[Material for the task Boundary: Start]

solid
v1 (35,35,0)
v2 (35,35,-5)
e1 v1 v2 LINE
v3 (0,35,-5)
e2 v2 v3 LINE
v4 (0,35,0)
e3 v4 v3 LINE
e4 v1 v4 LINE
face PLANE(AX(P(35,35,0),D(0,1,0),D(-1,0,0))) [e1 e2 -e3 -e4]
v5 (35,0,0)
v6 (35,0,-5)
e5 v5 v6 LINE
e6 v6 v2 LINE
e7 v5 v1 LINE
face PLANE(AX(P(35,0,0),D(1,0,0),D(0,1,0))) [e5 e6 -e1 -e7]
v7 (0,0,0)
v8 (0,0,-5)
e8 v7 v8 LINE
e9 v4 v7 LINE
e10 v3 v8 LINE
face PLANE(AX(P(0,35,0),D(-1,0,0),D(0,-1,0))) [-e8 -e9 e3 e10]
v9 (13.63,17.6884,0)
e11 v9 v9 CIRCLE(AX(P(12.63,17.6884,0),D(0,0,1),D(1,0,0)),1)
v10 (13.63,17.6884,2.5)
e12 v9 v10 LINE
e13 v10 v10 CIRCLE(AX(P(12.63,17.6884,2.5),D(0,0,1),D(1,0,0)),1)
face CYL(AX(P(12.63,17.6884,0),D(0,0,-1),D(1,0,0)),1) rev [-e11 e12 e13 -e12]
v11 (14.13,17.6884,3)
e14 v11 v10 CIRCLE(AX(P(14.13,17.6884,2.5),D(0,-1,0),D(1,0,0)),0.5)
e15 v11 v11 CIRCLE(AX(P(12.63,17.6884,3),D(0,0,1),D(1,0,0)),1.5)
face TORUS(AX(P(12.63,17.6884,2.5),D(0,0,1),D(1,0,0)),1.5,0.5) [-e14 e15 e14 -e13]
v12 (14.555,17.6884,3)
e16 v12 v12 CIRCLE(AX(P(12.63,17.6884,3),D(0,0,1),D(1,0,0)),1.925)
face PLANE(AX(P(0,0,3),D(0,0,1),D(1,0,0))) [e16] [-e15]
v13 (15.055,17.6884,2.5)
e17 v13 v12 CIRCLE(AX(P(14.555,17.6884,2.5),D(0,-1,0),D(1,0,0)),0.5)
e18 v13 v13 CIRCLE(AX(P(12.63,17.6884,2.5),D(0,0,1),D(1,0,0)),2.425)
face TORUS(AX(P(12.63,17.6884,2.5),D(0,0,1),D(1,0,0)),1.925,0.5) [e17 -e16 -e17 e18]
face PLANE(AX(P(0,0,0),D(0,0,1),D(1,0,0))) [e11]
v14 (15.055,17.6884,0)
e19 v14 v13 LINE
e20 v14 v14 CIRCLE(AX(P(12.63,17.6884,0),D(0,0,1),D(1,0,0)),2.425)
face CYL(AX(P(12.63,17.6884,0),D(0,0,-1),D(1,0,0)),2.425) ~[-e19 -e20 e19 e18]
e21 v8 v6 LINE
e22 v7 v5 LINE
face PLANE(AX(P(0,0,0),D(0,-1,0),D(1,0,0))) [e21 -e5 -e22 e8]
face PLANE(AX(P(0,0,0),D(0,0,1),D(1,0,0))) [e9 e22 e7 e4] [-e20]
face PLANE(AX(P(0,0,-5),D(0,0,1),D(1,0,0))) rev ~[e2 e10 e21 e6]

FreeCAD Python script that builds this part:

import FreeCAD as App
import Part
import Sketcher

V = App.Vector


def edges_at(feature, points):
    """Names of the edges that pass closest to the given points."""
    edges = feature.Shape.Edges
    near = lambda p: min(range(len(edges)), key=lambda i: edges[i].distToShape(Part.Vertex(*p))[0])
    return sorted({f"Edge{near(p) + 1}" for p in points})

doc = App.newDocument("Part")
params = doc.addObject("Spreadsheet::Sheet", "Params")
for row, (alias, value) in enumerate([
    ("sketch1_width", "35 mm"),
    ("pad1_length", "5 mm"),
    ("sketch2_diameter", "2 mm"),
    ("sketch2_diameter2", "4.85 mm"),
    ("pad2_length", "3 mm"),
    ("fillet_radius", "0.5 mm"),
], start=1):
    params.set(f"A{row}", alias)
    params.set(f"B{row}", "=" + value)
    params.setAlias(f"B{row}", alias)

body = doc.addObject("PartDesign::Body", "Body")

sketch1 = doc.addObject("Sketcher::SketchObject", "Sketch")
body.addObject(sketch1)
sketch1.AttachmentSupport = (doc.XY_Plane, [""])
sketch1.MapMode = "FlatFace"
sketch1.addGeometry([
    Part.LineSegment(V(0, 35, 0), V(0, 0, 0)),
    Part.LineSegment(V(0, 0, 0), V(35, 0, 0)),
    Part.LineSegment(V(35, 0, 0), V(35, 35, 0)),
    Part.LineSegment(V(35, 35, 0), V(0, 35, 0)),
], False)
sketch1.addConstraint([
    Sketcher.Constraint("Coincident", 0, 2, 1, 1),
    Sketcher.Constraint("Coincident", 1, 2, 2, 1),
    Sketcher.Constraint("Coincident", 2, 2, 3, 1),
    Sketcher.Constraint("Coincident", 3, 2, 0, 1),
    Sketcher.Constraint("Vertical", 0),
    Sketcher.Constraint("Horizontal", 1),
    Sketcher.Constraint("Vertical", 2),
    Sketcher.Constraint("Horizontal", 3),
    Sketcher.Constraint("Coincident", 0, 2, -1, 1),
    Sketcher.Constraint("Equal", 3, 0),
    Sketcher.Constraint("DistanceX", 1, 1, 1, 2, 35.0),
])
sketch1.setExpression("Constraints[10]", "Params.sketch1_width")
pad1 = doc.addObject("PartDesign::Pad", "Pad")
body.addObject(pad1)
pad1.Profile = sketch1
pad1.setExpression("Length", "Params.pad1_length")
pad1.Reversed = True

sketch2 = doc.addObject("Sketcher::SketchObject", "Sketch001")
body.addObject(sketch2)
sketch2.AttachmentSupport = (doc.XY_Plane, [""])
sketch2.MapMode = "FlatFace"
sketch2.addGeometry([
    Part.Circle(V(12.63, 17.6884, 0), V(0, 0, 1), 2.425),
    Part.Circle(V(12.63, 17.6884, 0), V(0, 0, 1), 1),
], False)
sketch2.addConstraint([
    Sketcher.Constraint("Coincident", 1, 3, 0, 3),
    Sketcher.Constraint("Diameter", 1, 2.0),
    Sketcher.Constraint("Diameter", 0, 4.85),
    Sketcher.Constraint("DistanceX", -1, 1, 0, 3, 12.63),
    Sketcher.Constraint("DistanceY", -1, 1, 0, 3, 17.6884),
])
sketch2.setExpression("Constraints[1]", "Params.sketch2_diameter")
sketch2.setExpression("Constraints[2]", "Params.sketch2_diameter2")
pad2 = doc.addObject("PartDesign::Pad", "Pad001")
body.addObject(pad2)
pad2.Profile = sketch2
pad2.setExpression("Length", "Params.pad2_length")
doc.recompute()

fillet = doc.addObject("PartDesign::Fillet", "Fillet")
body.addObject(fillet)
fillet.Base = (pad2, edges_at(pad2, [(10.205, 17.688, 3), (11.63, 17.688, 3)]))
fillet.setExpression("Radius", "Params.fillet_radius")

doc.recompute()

[Material for the task Boundary: End]

**Exercise objective:** All that is wanted is the stretch of lines above from the one containing "e8 v7 v8 LINE" through the one containing "e17 v13 v12", duplicated exactly.

**Solution for this exercise:**
e8 v7 v8 LINE
e9 v4 v7 LINE
e10 v3 v8 LINE
face PLANE(AX(P(0,35,0),D(-1,0,0),D(0,-1,0))) [-e8 -e9 e3 e10]
v9 (13.63,17.6884,0)
e11 v9 v9 CIRCLE(AX(P(12.63,17.6884,0),D(0,0,1),D(1,0,0)),1)
v10 (13.63,17.6884,2.5)
e12 v9 v10 LINE
e13 v10 v10 CIRCLE(AX(P(12.63,17.6884,2.5),D(0,0,1),D(1,0,0)),1)
face CYL(AX(P(12.63,17.6884,0),D(0,0,-1),D(1,0,0)),1) rev [-e11 e12 e13 -e12]
v11 (14.13,17.6884,3)
e14 v11 v10 CIRCLE(AX(P(14.13,17.6884,2.5),D(0,-1,0),D(1,0,0)),0.5)
e15 v11 v11 CIRCLE(AX(P(12.63,17.6884,3),D(0,0,1),D(1,0,0)),1.5)
face TORUS(AX(P(12.63,17.6884,2.5),D(0,0,1),D(1,0,0)),1.5,0.5) [-e14 e15 e14 -e13]
v12 (14.555,17.6884,3)
e16 v12 v12 CIRCLE(AX(P(12.63,17.6884,3),D(0,0,1),D(1,0,0)),1.925)
face PLANE(AX(P(0,0,3),D(0,0,1),D(1,0,0))) [e16] [-e15]
v13 (15.055,17.6884,2.5)
e17 v13 v12 CIRCLE(AX(P(14.555,17.6884,2.5),D(0,-1,0),D(1,0,0)),0.5)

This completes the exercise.